LVD: I think the show tried very hard to portray what they intended to be genuine friendships. And to their credit, I did believe that Elrond and Durin were real friends; I also believed Gandalf and Nori developed a bond, and I think Adar loved his orc children. (I did not believe Galadriel and Elrond had a deep and enduring bond, or that Arondir and Bronwen had an epic love story, but ah well).

Tolkien’s work makes clear he was very invested in the importance of community. I think this was personal to him: he was an orphan by the time he was twelve years old and was then raised in a very unconventional family setting. Today the concepts of “found family,” “chosen family,” and “Friendsgiving” are becoming common phrases, but we also live in a time that still privileges heteronormative life scripts. And it’s in this context that it’s so interesting to me that LOTR is the story of two bachelors who relate to each other as uncle-nephew (they are actually second cousins); Bilbo and Frodo are both unmarried, childfree, and live together in relational and domestic intimacy.

In Rohan, Théoden is uncle to Éomer and Éowyn, who he raises as his own children; with Éowyn especially, Tolkien writes touching scenes that show the depth of their bond. Epic literature is so often concerned with fathers and sons, but Tolkien tends to adapt this to the relationship between uncles and nephews (also in the delightful Smith of Wootton Major, it’s an uncle and nephew, and in The Hobbit, Fíli and Kíli are Thorin’s nephews, not his sons).

Really, we read very little in Middle-earth about domestic family life as post-war Western cultures might envision it. Does Gimli ever think about his mother (and does she have a beard)? Does Legolas ever think about his sister? Sam has five siblings (and later 13 children!) but Tolkien never seems very interested in writing about them or his family life, even though Sam’s daughter Elanor is quite important to the story since she’s the recipient of the Red Book (begun by Bilbo, and containing the stories of The Hobbit and what Frodo and Sam wrote down that became The Lord of the Rings).

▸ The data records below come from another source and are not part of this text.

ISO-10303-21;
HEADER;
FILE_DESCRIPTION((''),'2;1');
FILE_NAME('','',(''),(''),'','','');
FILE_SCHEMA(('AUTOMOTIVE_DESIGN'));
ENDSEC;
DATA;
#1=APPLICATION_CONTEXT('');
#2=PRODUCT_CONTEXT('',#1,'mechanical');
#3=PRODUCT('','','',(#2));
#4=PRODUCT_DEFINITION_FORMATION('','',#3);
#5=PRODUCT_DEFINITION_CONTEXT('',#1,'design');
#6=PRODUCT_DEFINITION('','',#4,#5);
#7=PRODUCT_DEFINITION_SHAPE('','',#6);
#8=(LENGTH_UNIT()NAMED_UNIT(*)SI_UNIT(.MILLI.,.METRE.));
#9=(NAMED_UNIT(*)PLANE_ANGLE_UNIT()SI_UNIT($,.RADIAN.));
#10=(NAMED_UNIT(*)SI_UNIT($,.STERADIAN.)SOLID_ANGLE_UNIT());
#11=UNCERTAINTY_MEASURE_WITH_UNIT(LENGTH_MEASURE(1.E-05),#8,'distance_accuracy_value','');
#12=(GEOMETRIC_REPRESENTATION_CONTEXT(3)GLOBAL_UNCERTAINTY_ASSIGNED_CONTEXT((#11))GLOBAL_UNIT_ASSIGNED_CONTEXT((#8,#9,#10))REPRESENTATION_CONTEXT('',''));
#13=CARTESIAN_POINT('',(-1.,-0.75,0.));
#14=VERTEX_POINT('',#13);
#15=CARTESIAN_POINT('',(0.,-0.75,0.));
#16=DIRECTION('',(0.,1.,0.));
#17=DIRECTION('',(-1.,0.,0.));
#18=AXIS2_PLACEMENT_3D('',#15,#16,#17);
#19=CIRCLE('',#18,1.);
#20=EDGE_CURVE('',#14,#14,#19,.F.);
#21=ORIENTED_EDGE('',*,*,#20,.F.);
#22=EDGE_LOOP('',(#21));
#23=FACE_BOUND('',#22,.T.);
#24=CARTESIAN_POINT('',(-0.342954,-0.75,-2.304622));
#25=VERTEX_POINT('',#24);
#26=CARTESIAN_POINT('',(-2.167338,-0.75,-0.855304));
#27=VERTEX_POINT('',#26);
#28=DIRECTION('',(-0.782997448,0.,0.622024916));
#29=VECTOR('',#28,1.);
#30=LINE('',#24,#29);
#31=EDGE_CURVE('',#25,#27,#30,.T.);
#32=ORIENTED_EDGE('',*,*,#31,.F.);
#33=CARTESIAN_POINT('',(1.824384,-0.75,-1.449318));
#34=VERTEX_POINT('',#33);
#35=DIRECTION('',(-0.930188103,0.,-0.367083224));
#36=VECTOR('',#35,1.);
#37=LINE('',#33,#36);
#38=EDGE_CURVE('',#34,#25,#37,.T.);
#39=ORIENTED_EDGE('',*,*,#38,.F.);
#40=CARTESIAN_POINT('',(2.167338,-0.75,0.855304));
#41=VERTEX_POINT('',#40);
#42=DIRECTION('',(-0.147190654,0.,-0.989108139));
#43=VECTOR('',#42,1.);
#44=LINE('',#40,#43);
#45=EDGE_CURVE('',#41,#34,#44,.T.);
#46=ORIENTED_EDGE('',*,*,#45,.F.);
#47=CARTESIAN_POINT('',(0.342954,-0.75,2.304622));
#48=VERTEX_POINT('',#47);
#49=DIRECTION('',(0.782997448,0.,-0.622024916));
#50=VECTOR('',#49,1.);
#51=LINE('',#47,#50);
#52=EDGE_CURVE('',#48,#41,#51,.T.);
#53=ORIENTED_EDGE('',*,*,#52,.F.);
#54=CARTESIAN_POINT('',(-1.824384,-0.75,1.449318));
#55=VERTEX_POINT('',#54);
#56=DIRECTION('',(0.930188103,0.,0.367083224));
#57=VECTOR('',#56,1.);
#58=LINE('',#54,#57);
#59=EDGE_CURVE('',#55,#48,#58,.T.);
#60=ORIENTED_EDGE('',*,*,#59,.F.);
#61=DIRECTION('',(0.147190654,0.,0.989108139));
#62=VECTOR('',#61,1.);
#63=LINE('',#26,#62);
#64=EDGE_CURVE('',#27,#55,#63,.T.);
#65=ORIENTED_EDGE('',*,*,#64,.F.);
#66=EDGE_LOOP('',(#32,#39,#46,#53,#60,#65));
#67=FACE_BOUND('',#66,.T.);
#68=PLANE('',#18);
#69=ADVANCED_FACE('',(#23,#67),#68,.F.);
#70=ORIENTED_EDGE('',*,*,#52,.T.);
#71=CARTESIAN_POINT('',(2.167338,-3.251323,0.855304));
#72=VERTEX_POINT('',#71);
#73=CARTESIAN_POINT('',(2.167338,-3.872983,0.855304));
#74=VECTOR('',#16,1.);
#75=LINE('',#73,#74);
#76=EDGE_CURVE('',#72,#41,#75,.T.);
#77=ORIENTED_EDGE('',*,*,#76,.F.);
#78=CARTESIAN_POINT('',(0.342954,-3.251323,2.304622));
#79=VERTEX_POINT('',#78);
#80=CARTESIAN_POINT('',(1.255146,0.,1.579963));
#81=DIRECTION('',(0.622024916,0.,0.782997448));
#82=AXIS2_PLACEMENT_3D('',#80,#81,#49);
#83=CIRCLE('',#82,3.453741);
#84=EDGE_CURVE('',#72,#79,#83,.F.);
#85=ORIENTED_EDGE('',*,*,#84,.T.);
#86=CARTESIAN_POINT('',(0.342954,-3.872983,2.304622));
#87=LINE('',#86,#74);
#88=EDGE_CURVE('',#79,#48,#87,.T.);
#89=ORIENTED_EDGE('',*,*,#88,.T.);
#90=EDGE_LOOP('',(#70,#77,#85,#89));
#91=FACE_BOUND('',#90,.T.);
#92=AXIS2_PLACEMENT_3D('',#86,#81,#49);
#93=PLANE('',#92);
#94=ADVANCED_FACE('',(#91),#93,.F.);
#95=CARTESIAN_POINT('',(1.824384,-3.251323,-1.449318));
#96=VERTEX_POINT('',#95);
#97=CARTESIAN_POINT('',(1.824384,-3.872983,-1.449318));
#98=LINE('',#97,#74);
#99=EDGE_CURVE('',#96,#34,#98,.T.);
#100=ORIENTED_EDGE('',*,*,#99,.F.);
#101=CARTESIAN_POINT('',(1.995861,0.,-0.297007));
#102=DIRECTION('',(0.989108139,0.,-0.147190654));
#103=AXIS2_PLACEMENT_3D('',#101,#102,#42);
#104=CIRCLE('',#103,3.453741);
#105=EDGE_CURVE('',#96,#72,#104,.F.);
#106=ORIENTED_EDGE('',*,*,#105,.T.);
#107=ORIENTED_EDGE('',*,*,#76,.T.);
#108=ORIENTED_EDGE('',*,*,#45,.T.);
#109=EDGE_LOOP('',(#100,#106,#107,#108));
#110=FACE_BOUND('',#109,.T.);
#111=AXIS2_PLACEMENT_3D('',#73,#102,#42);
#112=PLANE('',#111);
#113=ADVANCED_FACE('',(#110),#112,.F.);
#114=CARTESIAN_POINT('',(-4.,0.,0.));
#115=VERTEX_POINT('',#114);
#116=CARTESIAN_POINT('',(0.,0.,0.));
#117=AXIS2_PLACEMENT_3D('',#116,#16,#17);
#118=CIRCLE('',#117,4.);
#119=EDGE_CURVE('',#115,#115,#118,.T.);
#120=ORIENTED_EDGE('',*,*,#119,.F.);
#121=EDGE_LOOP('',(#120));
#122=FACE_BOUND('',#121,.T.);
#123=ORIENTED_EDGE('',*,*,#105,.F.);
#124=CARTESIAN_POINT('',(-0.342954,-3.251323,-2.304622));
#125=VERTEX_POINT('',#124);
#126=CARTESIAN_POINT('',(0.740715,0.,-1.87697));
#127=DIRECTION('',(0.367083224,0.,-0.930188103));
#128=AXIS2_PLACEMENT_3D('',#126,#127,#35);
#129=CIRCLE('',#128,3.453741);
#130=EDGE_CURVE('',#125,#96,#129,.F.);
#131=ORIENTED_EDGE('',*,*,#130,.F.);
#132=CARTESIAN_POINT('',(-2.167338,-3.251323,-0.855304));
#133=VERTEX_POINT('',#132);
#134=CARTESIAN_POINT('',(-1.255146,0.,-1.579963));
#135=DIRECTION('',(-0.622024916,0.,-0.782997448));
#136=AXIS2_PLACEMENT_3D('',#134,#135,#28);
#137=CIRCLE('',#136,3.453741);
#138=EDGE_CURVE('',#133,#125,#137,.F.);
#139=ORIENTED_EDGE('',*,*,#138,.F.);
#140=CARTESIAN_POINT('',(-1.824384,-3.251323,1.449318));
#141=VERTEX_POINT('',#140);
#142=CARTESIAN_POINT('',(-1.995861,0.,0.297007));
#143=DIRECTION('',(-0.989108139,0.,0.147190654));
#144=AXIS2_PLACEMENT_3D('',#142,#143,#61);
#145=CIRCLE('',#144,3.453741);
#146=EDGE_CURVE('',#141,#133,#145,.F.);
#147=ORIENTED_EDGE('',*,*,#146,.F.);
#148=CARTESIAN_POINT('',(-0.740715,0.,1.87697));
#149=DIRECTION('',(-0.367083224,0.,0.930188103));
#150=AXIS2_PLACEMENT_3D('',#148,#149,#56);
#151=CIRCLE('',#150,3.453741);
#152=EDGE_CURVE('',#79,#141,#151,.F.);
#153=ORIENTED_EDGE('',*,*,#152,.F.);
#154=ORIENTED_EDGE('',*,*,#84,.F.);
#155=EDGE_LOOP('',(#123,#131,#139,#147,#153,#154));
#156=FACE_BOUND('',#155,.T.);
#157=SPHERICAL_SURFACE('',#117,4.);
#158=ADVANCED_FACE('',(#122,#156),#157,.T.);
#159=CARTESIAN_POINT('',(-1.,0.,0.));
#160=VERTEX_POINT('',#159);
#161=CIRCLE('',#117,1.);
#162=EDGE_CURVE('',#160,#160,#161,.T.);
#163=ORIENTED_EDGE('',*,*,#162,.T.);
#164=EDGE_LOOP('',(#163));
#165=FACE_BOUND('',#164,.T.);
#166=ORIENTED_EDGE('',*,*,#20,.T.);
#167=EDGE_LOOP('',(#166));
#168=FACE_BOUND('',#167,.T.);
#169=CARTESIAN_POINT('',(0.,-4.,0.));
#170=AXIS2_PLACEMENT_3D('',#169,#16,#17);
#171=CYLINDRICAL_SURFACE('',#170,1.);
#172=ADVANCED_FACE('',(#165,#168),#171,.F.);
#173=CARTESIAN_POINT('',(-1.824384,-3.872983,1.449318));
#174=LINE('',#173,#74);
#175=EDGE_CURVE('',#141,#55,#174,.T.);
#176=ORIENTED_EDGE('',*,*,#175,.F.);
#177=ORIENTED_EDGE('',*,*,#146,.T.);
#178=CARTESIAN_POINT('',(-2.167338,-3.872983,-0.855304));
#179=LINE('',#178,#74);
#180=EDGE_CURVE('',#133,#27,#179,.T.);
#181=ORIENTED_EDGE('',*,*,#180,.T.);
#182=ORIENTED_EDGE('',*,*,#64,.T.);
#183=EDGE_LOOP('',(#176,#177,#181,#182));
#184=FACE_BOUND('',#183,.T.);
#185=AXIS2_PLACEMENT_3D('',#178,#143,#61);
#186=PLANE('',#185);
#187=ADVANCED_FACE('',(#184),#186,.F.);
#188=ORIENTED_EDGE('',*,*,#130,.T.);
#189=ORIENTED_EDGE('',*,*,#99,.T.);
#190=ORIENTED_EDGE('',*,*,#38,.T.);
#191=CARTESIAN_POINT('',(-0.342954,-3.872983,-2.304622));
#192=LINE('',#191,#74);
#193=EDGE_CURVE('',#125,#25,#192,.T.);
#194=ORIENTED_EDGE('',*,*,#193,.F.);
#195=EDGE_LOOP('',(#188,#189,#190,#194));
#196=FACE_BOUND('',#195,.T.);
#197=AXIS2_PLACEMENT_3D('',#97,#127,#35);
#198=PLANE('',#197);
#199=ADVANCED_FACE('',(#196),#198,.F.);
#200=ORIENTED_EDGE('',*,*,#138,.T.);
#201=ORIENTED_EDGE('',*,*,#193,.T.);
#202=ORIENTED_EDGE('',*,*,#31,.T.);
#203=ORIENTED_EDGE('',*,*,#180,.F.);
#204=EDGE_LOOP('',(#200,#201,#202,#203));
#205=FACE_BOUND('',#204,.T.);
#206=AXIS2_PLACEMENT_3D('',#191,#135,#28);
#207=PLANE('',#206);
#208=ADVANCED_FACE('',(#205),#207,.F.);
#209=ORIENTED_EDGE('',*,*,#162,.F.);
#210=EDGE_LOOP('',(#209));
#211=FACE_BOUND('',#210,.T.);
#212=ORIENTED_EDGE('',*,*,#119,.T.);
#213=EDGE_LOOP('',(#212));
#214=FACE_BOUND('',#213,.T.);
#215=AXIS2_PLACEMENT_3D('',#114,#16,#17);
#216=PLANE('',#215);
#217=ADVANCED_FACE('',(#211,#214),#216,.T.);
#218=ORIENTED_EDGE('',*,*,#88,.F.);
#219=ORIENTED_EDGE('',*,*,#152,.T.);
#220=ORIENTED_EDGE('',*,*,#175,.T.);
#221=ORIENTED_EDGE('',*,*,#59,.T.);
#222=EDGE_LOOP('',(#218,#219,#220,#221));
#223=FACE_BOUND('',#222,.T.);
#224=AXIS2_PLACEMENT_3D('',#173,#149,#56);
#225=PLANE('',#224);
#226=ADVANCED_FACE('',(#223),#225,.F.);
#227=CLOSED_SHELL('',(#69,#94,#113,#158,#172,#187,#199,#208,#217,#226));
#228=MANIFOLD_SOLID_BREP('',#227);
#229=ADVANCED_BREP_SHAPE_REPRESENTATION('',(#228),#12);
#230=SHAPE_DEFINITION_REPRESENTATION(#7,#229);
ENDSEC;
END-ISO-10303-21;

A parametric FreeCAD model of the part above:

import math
import FreeCAD as App
import Part
import Sketcher


def add_polygon(sketch, points):
    """Adds a closed chain of lines whose ends are joined by coincident constraints."""
    first, n = sketch.GeometryCount, len(points)
    for a, b in zip(points, points[1:] + points[:1]):
        sketch.addGeometry(Part.LineSegment(App.Vector(*a, 0), App.Vector(*b, 0)), False)
    for i in range(n):
        sketch.addConstraint(Sketcher.Constraint("Coincident", first + i, 2, first + (i + 1) % n, 1))

doc = App.newDocument("Part")
params = doc.addObject("Spreadsheet::Sheet", "Params")
for row, (alias, value) in enumerate([
    ("sketch1_radius", "4 mm"),
    ("revolution_angle", "360 deg"),
    ("sketch2_diameter", "2 mm"),
    ("sketch3_length", "2.33 mm"),
    ("pocket2_length", "2.25 mm"),
    ("pocket2_length2", "1.872983 mm"),
], start=1):
    params.set(f"A{row}", alias)
    params.set(f"B{row}", "=" + value)
    params.setAlias(f"B{row}", alias)

body = doc.addObject("PartDesign::Body", "Body")

sketch1 = body.newObject("Sketcher::SketchObject", "Sketch")
sketch1.AttachmentSupport = (doc.getObject("XY_Plane"), [""])
sketch1.MapMode = "FlatFace"
sketch1.addGeometry(Part.LineSegment(App.Vector(0, 0, 0), App.Vector(-4, 0, 0)), False)
sketch1.addGeometry(Part.ArcOfCircle(Part.Circle(App.Vector(0, 0, 0), App.Vector(0, 0, 1), 4), math.radians(180), math.radians(270)), False)
sketch1.addGeometry(Part.LineSegment(App.Vector(0, -4, 0), App.Vector(0, 0, 0)), False)
sketch1.addConstraint(Sketcher.Constraint("Coincident", 0, 2, 1, 1))
sketch1.addConstraint(Sketcher.Constraint("Coincident", 1, 2, 2, 1))
sketch1.addConstraint(Sketcher.Constraint("Coincident", 2, 2, 0, 1))
sketch1.addConstraint(Sketcher.Constraint("Horizontal", 0))
sketch1.addConstraint(Sketcher.Constraint("Vertical", 2))
sketch1.addConstraint(Sketcher.Constraint("Coincident", 1, 3, -1, 1))
sketch1.addConstraint(Sketcher.Constraint("Coincident", 2, 2, -1, 1))
sketch1.addConstraint(Sketcher.Constraint("Radius", 1, 4.0))
sketch1.setExpression("Constraints[7]", "Params.sketch1_radius")
revolution = body.newObject("PartDesign::Revolution", "Revolution")
revolution.Profile = sketch1
revolution.ReferenceAxis = (sketch1, ["V_Axis"])
revolution.setExpression("Angle", "Params.revolution_angle")

sketch2 = body.newObject("Sketcher::SketchObject", "Sketch001")
sketch2.AttachmentSupport = (doc.getObject("XZ_Plane"), [""])
sketch2.MapMode = "FlatFace"
sketch2.addGeometry(Part.Circle(App.Vector(0, 0, 0), App.Vector(0, 0, 1), 1), False)
sketch2.addConstraint(Sketcher.Constraint("Coincident", 0, 3, -1, 1))
sketch2.addConstraint(Sketcher.Constraint("Diameter", 0, 2.0))
sketch2.setExpression("Constraints[1]", "Params.sketch2_diameter")
pocket1 = body.newObject("PartDesign::Pocket", "Pocket")
pocket1.Profile = sketch2
pocket1.Type = "ThroughAll"
pocket1.Reversed = True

But he is interested, consistently, in friendship, and in fellowship. This is true in his fiction and in his personal life; I get the sense that often today Tolkien is seen as a curmudgeonly introvert who holed up every day with his pen and his paper and his maps, but my sense of his everyday life from his own writing is that he was super busy outside his home, often with social things. He was a consistent participant in committees and clubs and reading groups, some of which he was the spear-header for. Community, especially intellectual and spiritual community, was very important in his own life. We see this so powerfully in LOTR, that the “good” side values friendship and loyalty and cheer, and works as a team, and the “bad” side works as individuals, beneath various forms of tyranny that prevent true fellowship from forming.